More Patients Could Benefit from Newer Cardiac Procedures

Take Advantage of Growing Evidence of Effectiveness

By: Linda Harder

Photography by: Tracey Brown

When should you refer a patient to avoid subjecting him or her to unnecessary or unproven cardiac procedures?  Maryland Physician interviewed three Maryland cardiac specialists to provide the latest information on newer techniques to manage patients with mitral valve damage, chronic total occlusions and atrial fibrillation (A-Fib).

Minimally Invasive Valve Repair Proven Effective

“The most important trend in heart surgery over the past decade is the transition to a minimally invasive (MI) platform,” says Paul Massimiano, M.D., program director for Cardiac Surgery at Washington Adventist Hospital.  “Anything we traditionally did through the front can now be performed less invasively.

“In the 1990s,” he continues, “we began paving the way with cannulas in the groin, accessing the femoral artery and vein through those and using smaller incisions to gain access to the heart.”

Dr. Massimiano specializes in mitral valve repairs.  While MI approaches to this procedure have been performed since the late 1990s, a surprisingly small percentage – only 10 to 15% – of mitral valve procedures in the U.S. are currently performed this way.  In addition to being more technically challenging and taking more OR time, the MI approach has a steep learning curve.  “These are some of the reasons it hasn’t taken off more,” says Dr. Massimiano.

There are three possible MI techniques – robotic, direct vision, and thoracoscopic.  The direct vision approach is used for the majority of cases because the results are consistently superb.  “There’s been a big debate about robotic versus non-robotic approach,” Dr. Massimiano notes. “Both are good, and both have demonstrated excellent results.  As the surgeons in our practice have become more experienced with MI approaches, we’ve used the robot less with comparable results.”

Dr. Massimiano adds, “Most patients are candidates for the MI approach, with the few exceptions including those with markedly reduced heart function or significant peripheral vascular disease.  There really is no age cut-off now, either – some of our patients are in their 80’s.”

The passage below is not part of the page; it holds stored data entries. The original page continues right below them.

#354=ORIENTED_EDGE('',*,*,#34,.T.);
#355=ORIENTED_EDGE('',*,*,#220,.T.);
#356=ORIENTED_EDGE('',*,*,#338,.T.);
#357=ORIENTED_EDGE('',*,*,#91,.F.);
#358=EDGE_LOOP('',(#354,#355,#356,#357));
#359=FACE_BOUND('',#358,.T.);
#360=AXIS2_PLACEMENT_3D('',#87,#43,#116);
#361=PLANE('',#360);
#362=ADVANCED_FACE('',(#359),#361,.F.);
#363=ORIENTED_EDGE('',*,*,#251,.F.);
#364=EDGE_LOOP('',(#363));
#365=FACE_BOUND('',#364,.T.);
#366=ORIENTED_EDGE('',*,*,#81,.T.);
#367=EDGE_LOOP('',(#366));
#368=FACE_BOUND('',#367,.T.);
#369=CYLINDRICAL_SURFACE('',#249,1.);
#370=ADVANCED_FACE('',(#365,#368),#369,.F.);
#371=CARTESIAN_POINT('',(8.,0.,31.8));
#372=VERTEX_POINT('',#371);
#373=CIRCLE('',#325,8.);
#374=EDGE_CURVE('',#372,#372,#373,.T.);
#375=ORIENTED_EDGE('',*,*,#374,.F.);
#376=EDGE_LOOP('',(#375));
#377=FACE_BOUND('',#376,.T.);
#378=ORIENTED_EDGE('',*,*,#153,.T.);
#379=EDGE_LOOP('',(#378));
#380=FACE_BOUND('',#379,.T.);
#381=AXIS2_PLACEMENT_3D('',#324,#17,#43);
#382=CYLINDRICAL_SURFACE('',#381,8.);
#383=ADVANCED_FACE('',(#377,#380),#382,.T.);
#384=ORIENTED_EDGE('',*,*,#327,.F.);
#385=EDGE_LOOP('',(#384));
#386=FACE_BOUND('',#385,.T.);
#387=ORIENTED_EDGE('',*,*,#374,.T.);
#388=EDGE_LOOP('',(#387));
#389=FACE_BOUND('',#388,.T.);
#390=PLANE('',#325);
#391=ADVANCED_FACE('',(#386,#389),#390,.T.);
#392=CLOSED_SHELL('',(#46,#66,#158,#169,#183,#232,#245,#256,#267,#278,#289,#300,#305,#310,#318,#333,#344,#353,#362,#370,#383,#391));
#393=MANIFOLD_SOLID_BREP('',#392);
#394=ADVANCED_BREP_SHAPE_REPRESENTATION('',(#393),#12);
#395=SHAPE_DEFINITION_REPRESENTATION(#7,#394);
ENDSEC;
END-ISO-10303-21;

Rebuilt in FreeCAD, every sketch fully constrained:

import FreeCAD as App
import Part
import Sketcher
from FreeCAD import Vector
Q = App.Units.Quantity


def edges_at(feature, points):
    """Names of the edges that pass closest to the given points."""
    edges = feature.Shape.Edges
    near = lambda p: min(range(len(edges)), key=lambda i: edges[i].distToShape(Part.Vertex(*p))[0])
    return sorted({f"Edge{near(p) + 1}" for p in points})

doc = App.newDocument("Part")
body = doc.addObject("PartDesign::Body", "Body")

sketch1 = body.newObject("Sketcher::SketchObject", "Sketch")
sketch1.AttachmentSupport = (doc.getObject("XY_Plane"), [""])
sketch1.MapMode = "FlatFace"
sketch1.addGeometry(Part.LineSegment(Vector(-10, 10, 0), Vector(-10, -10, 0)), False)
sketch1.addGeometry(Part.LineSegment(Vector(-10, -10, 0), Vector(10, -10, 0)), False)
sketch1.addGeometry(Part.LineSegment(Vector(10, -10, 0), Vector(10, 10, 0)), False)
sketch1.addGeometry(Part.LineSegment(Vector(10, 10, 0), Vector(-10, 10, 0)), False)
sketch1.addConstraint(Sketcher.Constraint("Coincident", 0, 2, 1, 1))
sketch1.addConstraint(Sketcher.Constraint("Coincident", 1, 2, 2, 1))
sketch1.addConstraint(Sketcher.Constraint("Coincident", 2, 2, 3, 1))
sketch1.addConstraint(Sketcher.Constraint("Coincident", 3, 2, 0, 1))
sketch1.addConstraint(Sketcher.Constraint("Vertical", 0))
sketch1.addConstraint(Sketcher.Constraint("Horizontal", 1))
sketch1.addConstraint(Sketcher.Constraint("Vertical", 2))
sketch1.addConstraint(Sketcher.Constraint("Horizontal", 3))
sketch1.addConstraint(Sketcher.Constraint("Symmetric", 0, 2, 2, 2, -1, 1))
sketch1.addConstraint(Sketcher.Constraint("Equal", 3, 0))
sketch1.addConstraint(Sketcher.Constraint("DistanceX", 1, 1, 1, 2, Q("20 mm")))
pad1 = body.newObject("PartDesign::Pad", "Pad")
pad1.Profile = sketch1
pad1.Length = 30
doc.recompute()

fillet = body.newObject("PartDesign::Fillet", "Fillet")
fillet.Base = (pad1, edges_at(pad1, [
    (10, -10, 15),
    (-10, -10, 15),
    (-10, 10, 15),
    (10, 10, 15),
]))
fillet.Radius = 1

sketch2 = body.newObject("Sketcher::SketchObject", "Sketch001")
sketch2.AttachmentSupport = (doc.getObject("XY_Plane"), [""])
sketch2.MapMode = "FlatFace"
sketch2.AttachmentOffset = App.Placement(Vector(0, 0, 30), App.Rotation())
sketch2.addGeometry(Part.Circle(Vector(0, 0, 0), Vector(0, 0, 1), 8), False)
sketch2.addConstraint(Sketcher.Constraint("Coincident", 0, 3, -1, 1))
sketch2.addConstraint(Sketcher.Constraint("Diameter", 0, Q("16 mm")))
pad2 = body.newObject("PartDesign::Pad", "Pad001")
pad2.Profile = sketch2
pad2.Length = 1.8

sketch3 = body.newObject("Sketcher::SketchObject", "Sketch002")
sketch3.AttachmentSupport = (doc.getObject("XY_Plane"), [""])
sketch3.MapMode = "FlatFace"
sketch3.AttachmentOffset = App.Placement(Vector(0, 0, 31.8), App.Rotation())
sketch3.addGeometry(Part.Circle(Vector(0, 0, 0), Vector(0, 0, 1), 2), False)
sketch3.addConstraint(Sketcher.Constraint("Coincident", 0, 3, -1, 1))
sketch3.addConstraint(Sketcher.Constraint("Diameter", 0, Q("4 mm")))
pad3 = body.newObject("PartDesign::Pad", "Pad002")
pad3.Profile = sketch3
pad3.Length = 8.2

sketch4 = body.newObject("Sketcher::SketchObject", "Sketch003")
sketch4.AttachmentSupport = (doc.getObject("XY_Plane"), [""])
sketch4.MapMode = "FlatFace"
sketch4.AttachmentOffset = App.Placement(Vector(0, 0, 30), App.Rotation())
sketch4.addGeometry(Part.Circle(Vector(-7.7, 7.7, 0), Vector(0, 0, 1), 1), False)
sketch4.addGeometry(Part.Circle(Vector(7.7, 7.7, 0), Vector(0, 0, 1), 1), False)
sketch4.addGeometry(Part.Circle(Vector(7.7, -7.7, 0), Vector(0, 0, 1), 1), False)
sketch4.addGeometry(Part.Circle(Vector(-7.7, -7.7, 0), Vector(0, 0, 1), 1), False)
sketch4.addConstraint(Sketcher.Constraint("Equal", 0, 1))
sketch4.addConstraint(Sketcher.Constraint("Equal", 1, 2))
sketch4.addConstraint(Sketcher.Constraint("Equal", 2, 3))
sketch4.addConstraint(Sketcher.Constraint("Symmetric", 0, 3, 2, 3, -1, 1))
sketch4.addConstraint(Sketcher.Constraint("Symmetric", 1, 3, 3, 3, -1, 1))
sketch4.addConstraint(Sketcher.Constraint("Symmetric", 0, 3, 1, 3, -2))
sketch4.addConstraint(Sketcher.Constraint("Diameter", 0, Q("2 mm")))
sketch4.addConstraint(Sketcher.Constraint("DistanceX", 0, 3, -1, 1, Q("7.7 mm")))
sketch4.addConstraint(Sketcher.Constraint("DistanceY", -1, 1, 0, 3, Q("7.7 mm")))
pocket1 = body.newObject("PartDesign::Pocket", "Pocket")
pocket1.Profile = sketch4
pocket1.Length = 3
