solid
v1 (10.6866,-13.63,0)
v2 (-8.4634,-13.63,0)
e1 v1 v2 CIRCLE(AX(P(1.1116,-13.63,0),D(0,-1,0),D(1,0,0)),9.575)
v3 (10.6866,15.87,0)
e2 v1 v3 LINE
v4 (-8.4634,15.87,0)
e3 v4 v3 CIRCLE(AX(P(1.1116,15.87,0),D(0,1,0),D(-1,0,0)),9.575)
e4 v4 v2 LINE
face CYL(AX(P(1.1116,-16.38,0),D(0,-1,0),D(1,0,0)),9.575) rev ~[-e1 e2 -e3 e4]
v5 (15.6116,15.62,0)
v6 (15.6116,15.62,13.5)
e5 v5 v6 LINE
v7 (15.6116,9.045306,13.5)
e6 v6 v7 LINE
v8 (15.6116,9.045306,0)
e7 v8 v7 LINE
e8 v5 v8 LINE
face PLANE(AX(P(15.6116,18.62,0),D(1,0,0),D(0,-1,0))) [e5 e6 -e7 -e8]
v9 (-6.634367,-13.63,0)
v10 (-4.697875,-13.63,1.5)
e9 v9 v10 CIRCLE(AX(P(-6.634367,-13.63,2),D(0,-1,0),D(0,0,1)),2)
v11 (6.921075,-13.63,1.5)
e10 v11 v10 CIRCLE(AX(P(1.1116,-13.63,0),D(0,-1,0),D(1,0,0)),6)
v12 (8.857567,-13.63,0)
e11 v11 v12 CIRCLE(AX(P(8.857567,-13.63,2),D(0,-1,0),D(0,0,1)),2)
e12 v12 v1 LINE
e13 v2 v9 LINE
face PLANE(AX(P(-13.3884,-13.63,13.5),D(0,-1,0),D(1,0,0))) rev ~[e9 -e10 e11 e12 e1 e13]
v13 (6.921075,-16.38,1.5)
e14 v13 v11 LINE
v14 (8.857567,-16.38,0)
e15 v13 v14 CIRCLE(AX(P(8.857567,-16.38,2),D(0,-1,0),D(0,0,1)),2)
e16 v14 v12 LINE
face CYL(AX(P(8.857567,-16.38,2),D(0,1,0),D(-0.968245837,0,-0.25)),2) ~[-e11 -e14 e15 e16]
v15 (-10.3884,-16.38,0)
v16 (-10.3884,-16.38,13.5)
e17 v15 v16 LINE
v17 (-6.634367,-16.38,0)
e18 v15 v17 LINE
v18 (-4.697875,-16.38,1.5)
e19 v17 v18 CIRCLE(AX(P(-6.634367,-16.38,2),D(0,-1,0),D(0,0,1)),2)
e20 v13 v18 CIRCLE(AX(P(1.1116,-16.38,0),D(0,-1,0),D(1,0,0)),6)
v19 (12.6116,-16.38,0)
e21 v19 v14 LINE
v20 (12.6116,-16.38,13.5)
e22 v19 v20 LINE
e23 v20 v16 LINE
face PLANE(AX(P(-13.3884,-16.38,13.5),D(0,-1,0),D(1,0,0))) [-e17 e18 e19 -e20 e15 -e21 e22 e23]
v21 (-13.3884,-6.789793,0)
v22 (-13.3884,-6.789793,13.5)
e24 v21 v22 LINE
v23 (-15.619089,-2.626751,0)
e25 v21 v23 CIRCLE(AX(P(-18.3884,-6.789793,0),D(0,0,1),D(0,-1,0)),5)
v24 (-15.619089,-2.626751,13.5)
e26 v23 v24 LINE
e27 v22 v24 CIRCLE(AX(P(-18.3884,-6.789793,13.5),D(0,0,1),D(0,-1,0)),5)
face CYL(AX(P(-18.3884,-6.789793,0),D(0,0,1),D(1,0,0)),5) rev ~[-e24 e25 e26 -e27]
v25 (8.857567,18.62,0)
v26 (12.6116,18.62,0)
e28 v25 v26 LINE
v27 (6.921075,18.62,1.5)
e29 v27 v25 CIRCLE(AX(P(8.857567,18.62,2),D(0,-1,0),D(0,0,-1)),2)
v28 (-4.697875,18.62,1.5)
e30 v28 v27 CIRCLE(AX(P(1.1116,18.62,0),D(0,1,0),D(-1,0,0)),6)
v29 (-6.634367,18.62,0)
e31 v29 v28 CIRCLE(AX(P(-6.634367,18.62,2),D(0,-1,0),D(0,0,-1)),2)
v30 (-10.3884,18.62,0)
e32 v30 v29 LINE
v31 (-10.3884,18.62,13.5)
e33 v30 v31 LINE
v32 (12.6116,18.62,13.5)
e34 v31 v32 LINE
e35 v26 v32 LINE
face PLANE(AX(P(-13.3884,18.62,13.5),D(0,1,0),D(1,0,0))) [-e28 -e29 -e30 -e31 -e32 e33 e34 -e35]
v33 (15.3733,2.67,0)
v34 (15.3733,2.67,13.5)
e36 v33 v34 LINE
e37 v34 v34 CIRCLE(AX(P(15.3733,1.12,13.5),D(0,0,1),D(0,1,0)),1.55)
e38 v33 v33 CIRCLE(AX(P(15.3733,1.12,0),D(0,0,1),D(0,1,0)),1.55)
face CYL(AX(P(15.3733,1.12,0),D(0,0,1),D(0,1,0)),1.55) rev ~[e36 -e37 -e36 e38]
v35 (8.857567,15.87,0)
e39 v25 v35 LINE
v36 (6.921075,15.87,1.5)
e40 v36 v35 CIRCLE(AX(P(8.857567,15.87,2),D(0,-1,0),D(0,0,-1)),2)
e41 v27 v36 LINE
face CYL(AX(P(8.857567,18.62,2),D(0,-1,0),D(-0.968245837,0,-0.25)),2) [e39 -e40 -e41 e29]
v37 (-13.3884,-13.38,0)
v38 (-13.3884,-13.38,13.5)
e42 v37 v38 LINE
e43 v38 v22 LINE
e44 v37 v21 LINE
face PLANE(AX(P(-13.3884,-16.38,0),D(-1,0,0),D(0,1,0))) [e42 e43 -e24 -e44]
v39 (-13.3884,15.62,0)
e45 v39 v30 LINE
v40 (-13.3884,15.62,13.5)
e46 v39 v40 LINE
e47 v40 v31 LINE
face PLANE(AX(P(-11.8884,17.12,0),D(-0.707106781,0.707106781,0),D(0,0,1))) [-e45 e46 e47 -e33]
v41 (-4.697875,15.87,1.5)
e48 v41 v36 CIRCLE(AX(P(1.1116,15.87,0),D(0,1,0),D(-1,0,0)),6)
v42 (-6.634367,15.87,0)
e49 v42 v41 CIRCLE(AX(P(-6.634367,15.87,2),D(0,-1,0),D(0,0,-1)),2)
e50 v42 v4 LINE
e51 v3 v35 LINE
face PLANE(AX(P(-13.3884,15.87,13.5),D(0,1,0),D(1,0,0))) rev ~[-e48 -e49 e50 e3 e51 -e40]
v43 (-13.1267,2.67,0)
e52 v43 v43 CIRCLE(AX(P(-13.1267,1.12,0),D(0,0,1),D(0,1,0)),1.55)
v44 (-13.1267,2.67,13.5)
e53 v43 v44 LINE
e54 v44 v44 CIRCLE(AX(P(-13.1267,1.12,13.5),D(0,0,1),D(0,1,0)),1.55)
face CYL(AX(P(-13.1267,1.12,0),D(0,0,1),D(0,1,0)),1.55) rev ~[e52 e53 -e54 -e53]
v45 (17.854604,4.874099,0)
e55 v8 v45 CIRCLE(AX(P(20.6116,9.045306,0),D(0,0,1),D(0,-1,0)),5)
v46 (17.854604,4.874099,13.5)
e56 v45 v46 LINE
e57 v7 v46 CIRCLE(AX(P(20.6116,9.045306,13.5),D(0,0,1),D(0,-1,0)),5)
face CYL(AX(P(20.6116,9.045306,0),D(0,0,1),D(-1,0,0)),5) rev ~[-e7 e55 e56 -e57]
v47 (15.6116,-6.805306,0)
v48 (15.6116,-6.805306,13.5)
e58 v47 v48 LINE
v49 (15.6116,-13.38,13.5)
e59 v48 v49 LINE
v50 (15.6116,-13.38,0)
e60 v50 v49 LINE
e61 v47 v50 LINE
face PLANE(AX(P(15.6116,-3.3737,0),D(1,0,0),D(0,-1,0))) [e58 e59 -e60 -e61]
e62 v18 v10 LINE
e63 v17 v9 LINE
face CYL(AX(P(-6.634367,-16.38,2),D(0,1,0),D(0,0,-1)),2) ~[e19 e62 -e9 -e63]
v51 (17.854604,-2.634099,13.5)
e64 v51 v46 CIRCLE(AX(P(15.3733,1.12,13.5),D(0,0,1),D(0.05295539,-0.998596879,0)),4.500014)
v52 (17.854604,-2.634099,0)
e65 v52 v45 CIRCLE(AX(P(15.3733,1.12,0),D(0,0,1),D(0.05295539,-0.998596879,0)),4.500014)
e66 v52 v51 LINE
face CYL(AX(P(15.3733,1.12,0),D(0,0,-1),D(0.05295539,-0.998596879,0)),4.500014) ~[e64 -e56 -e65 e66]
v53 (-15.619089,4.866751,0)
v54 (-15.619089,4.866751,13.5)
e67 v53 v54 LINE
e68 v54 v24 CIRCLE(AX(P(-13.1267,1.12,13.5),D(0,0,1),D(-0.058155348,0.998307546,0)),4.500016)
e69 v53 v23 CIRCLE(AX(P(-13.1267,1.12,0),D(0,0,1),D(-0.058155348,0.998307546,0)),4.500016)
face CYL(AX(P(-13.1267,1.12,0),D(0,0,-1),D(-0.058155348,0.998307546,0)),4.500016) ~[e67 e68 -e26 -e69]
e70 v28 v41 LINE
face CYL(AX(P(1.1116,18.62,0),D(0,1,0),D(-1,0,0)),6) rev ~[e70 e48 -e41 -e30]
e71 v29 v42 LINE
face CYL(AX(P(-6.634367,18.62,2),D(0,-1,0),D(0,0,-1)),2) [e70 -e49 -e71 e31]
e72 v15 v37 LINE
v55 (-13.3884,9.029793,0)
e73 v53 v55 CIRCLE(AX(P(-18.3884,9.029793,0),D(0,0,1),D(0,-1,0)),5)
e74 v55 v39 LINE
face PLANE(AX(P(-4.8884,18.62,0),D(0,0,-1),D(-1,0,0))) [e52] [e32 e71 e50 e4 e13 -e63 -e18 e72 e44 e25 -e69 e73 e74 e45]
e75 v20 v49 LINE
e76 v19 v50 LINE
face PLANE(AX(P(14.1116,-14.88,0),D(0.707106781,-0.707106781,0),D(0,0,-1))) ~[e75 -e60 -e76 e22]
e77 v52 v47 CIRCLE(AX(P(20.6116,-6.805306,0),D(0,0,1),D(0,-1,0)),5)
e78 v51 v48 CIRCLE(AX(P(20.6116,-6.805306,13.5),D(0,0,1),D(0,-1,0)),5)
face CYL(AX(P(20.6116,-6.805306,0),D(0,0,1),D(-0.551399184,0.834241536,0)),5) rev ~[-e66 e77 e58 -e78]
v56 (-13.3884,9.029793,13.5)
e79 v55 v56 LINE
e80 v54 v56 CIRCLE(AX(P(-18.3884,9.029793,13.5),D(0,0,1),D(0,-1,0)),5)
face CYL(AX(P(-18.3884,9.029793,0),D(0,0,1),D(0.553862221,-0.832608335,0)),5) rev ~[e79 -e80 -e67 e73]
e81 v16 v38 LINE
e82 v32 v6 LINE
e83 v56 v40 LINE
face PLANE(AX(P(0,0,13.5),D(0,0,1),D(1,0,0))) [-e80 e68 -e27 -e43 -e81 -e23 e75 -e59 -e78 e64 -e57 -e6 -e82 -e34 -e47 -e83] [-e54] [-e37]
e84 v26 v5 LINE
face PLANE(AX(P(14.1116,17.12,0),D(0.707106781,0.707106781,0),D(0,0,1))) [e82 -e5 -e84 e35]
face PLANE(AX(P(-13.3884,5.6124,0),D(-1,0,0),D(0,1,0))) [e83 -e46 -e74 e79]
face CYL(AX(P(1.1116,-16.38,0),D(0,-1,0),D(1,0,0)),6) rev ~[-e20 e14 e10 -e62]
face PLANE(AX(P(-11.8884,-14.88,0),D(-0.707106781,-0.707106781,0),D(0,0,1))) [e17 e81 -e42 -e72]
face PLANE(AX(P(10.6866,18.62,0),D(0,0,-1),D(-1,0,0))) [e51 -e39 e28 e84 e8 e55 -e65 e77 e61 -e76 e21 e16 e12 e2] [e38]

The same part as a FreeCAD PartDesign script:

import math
import FreeCAD as App
import Part
import Sketcher

V = App.Vector


def edges_at(feature, points):
    """Names of the edges that pass closest to the given points."""
    edges = feature.Shape.Edges
    near = lambda p: min(range(len(edges)), key=lambda i: edges[i].distToShape(Part.Vertex(*p))[0])
    return sorted({f"Edge{near(p) + 1}" for p in points})

doc = App.newDocument("Part")
body = doc.addObject("PartDesign::Body", "Body")

sketch1 = body.newObject("Sketcher::SketchObject", "Sketch")
sketch1.AttachmentSupport = (doc.getObject("XY_Plane"), [""])
sketch1.MapMode = "FlatFace"
sketch1.addGeometry(Part.LineSegment(V(15.6116, 18.62, 0), V(-13.3884, 18.62, 0)), False)
sketch1.addGeometry(Part.LineSegment(V(-13.3884, 18.62, 0), V(-13.3884, 5.6124, 0)), False)
sketch1.addGeometry(Part.ArcOfCircle(Part.Circle(V(-13.1267, 1.12, 0), V(0, 0, 1), 4.500016), math.radians(93.333937), math.radians(266.666063)), False)
sketch1.addGeometry(Part.LineSegment(V(-13.3884, -3.3724, 0), V(-13.3884, -16.38, 0)), False)
sketch1.addGeometry(Part.LineSegment(V(-13.3884, -16.38, 0), V(15.6116, -16.38, 0)), False)
sketch1.addGeometry(Part.LineSegment(V(15.6116, -16.38, 0), V(15.6116, -3.3737, 0)), False)
sketch1.addGeometry(Part.ArcOfCircle(Part.Circle(V(15.3733, 1.12, 0), V(0, 0, 1), 4.500014), math.radians(-86.96446), math.radians(86.96446)), False)
sketch1.addGeometry(Part.LineSegment(V(15.6116, 5.6137, 0), V(15.6116, 18.62, 0)), False)
sketch1.addConstraint(Sketcher.Constraint("Coincident", 0, 2, 1, 1))
sketch1.addConstraint(Sketcher.Constraint("Coincident", 1, 2, 2, 1))
sketch1.addConstraint(Sketcher.Constraint("Coincident", 2, 2, 3, 1))
sketch1.addConstraint(Sketcher.Constraint("Coincident", 3, 2, 4, 1))
sketch1.addConstraint(Sketcher.Constraint("Coincident", 4, 2, 5, 1))
sketch1.addConstraint(Sketcher.Constraint("Coincident", 5, 2, 6, 1))
sketch1.addConstraint(Sketcher.Constraint("Coincident", 6, 2, 7, 1))
sketch1.addConstraint(Sketcher.Constraint("Coincident", 7, 2, 0, 1))
sketch1.addConstraint(Sketcher.Constraint("Horizontal", 0))
sketch1.addConstraint(Sketcher.Constraint("Vertical", 1))
sketch1.addConstraint(Sketcher.Constraint("Vertical", 3))
sketch1.addConstraint(Sketcher.Constraint("Horizontal", 4))
sketch1.addConstraint(Sketcher.Constraint("Vertical", 5))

After more than a decade of results, numerous studies have shown the MI approach to be safe and to provide results comparable to an open incision. As is true of many surgical procedures, high volumes and experience are important.  “The key to success is proper selection of the patient, as well as the surgeon and center,” notes Dr. Massimiano.

Both the techniques and the instruments in valve repair procedures have progressed. The MI incisions are only five to six centimeters in length, thanks to improvements in equipment and techniques.  Catheters and cannulas can be inserted percutaneously using thinner, smaller, and more flexible devices.

The advantages of the MI approach for patients are clear – most patients go home Day 2 post-op and 20% go home Day 1.  The average length of stay is three-and-a-half days versus five to six days for an open incision, but the real benefit to patients is their ability to resume work and most activities within a few weeks instead of months.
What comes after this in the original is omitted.